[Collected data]

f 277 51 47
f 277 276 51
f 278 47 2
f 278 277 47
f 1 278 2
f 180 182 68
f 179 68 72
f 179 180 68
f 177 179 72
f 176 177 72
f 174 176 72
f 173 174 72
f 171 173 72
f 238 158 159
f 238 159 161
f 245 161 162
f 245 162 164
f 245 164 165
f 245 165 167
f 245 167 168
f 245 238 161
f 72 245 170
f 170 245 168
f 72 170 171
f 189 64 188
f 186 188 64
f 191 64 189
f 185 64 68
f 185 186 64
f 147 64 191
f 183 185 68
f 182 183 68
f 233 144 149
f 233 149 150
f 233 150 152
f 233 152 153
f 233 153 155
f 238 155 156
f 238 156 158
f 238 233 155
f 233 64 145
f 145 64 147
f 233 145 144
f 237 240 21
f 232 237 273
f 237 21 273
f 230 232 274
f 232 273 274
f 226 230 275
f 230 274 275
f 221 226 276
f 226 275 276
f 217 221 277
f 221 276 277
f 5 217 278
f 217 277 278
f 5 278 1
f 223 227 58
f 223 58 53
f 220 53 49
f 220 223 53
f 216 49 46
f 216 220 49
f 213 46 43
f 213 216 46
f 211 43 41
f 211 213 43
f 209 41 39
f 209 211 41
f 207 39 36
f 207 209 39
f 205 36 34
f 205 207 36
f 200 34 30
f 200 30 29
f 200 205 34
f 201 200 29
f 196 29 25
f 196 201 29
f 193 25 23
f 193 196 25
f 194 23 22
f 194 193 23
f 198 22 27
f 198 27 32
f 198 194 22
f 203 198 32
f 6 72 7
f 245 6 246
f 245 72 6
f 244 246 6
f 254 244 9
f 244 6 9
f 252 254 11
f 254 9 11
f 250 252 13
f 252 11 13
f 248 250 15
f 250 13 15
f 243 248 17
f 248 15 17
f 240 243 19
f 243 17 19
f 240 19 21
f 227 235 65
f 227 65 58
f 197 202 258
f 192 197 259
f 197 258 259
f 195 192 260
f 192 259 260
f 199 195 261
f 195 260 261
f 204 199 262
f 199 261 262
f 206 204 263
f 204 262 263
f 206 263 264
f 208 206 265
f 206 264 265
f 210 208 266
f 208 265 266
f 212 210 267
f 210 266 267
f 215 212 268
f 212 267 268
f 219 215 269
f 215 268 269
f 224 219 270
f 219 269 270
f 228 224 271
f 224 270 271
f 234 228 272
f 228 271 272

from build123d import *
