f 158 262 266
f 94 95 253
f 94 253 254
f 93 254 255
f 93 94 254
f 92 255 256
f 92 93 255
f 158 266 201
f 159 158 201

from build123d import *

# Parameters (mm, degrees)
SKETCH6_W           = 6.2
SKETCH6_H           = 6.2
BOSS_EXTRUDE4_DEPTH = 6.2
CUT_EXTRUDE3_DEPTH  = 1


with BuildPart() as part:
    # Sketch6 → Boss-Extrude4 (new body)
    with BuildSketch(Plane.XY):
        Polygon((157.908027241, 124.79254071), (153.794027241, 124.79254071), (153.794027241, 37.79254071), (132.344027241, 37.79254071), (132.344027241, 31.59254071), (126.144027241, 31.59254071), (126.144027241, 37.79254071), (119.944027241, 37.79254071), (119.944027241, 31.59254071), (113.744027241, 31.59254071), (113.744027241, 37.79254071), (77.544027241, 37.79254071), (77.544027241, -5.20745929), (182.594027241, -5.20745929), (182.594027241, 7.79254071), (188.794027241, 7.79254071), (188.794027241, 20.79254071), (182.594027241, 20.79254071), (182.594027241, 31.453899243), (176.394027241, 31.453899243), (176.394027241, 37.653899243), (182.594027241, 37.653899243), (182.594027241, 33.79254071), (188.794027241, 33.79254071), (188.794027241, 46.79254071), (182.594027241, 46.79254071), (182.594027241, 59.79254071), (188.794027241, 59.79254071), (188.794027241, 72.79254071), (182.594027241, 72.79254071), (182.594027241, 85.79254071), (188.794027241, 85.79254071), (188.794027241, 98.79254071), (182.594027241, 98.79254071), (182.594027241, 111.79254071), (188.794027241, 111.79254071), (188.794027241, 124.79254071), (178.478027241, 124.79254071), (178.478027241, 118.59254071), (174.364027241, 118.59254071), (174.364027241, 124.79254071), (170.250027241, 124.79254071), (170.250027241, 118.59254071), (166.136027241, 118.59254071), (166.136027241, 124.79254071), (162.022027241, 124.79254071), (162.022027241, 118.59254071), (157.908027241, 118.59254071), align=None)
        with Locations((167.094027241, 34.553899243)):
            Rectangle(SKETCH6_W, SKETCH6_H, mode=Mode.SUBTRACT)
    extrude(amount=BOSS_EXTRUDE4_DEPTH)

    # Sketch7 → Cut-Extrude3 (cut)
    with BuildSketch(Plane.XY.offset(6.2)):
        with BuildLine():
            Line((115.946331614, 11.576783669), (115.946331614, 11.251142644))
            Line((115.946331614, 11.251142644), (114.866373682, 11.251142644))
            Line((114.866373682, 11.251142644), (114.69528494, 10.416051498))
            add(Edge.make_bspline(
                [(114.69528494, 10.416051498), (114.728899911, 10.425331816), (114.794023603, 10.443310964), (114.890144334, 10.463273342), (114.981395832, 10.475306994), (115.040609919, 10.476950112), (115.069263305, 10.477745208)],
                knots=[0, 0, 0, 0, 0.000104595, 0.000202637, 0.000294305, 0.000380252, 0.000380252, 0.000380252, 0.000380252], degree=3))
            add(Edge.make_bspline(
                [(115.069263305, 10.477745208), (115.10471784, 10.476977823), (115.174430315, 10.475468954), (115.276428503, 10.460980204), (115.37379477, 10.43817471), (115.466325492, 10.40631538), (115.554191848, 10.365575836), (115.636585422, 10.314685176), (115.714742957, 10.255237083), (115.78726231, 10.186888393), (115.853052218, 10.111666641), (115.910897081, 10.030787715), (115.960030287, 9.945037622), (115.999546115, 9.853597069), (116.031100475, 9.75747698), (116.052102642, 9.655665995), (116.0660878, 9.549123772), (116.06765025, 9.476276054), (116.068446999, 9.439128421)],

What this task involves
All lines from the opening of the records through the line where "f 228 224 271" occurs are to be output verbatim. No other line belongs in the answer.

Exercise answer
f 277 51 47
f 277 276 51
f 278 47 2
f 278 277 47
f 1 278 2
f 180 182 68
f 179 68 72
f 179 180 68
f 177 179 72
f 176 177 72
f 174 176 72
f 173 174 72
f 171 173 72
f 238 158 159
f 238 159 161
f 245 161 162
f 245 162 164
f 245 164 165
f 245 165 167
f 245 167 168
f 245 238 161
f 72 245 170
f 170 245 168
f 72 170 171
f 189 64 188
f 186 188 64
f 191 64 189
f 185 64 68
f 185 186 64
f 147 64 191
f 183 185 68
f 182 183 68
f 233 144 149
f 233 149 150
f 233 150 152
f 233 152 153
f 233 153 155
f 238 155 156
f 238 156 158
f 238 233 155
f 233 64 145
f 145 64 147
f 233 145 144
f 237 240 21
f 232 237 273
f 237 21 273
f 230 232 274
f 232 273 274
f 226 230 275
f 230 274 275
f 221 226 276
f 226 275 276
f 217 221 277
f 221 276 277
f 5 217 278
f 217 277 278
f 5 278 1
f 223 227 58
f 223 58 53
f 220 53 49
f 220 223 53
f 216 49 46
f 216 220 49
f 213 46 43
f 213 216 46
f 211 43 41
f 211 213 43
f 209 41 39
f 209 211 41
f 207 39 36
f 207 209 39
f 205 36 34
f 205 207 36
f 200 34 30
f 200 30 29
f 200 205 34
f 201 200 29
f 196 29 25
f 196 201 29
f 193 25 23
f 193 196 25
f 194 23 22
f 194 193 23
f 198 22 27
f 198 27 32
f 198 194 22
f 203 198 32
f 6 72 7
f 245 6 246
f 245 72 6
f 244 246 6
f 254 244 9
f 244 6 9
f 252 254 11
f 254 9 11
f 250 252 13
f 252 11 13
f 248 250 15
f 250 13 15
f 243 248 17
f 248 15 17
f 240 243 19
f 243 17 19
f 240 19 21
f 227 235 65
f 227 65 58
f 197 202 258
f 192 197 259
f 197 258 259
f 195 192 260
f 192 259 260
f 199 195 261
f 195 260 261
f 204 199 262
f 199 261 262
f 206 204 263
f 204 262 263
f 206 263 264
f 208 206 265
f 206 264 265
f 210 208 266
f 208 265 266
f 212 210 267
f 210 266 267
f 215 212 268
f 212 267 268
f 219 215 269
f 215 268 269
f 224 219 270
f 219 269 270
f 228 224 271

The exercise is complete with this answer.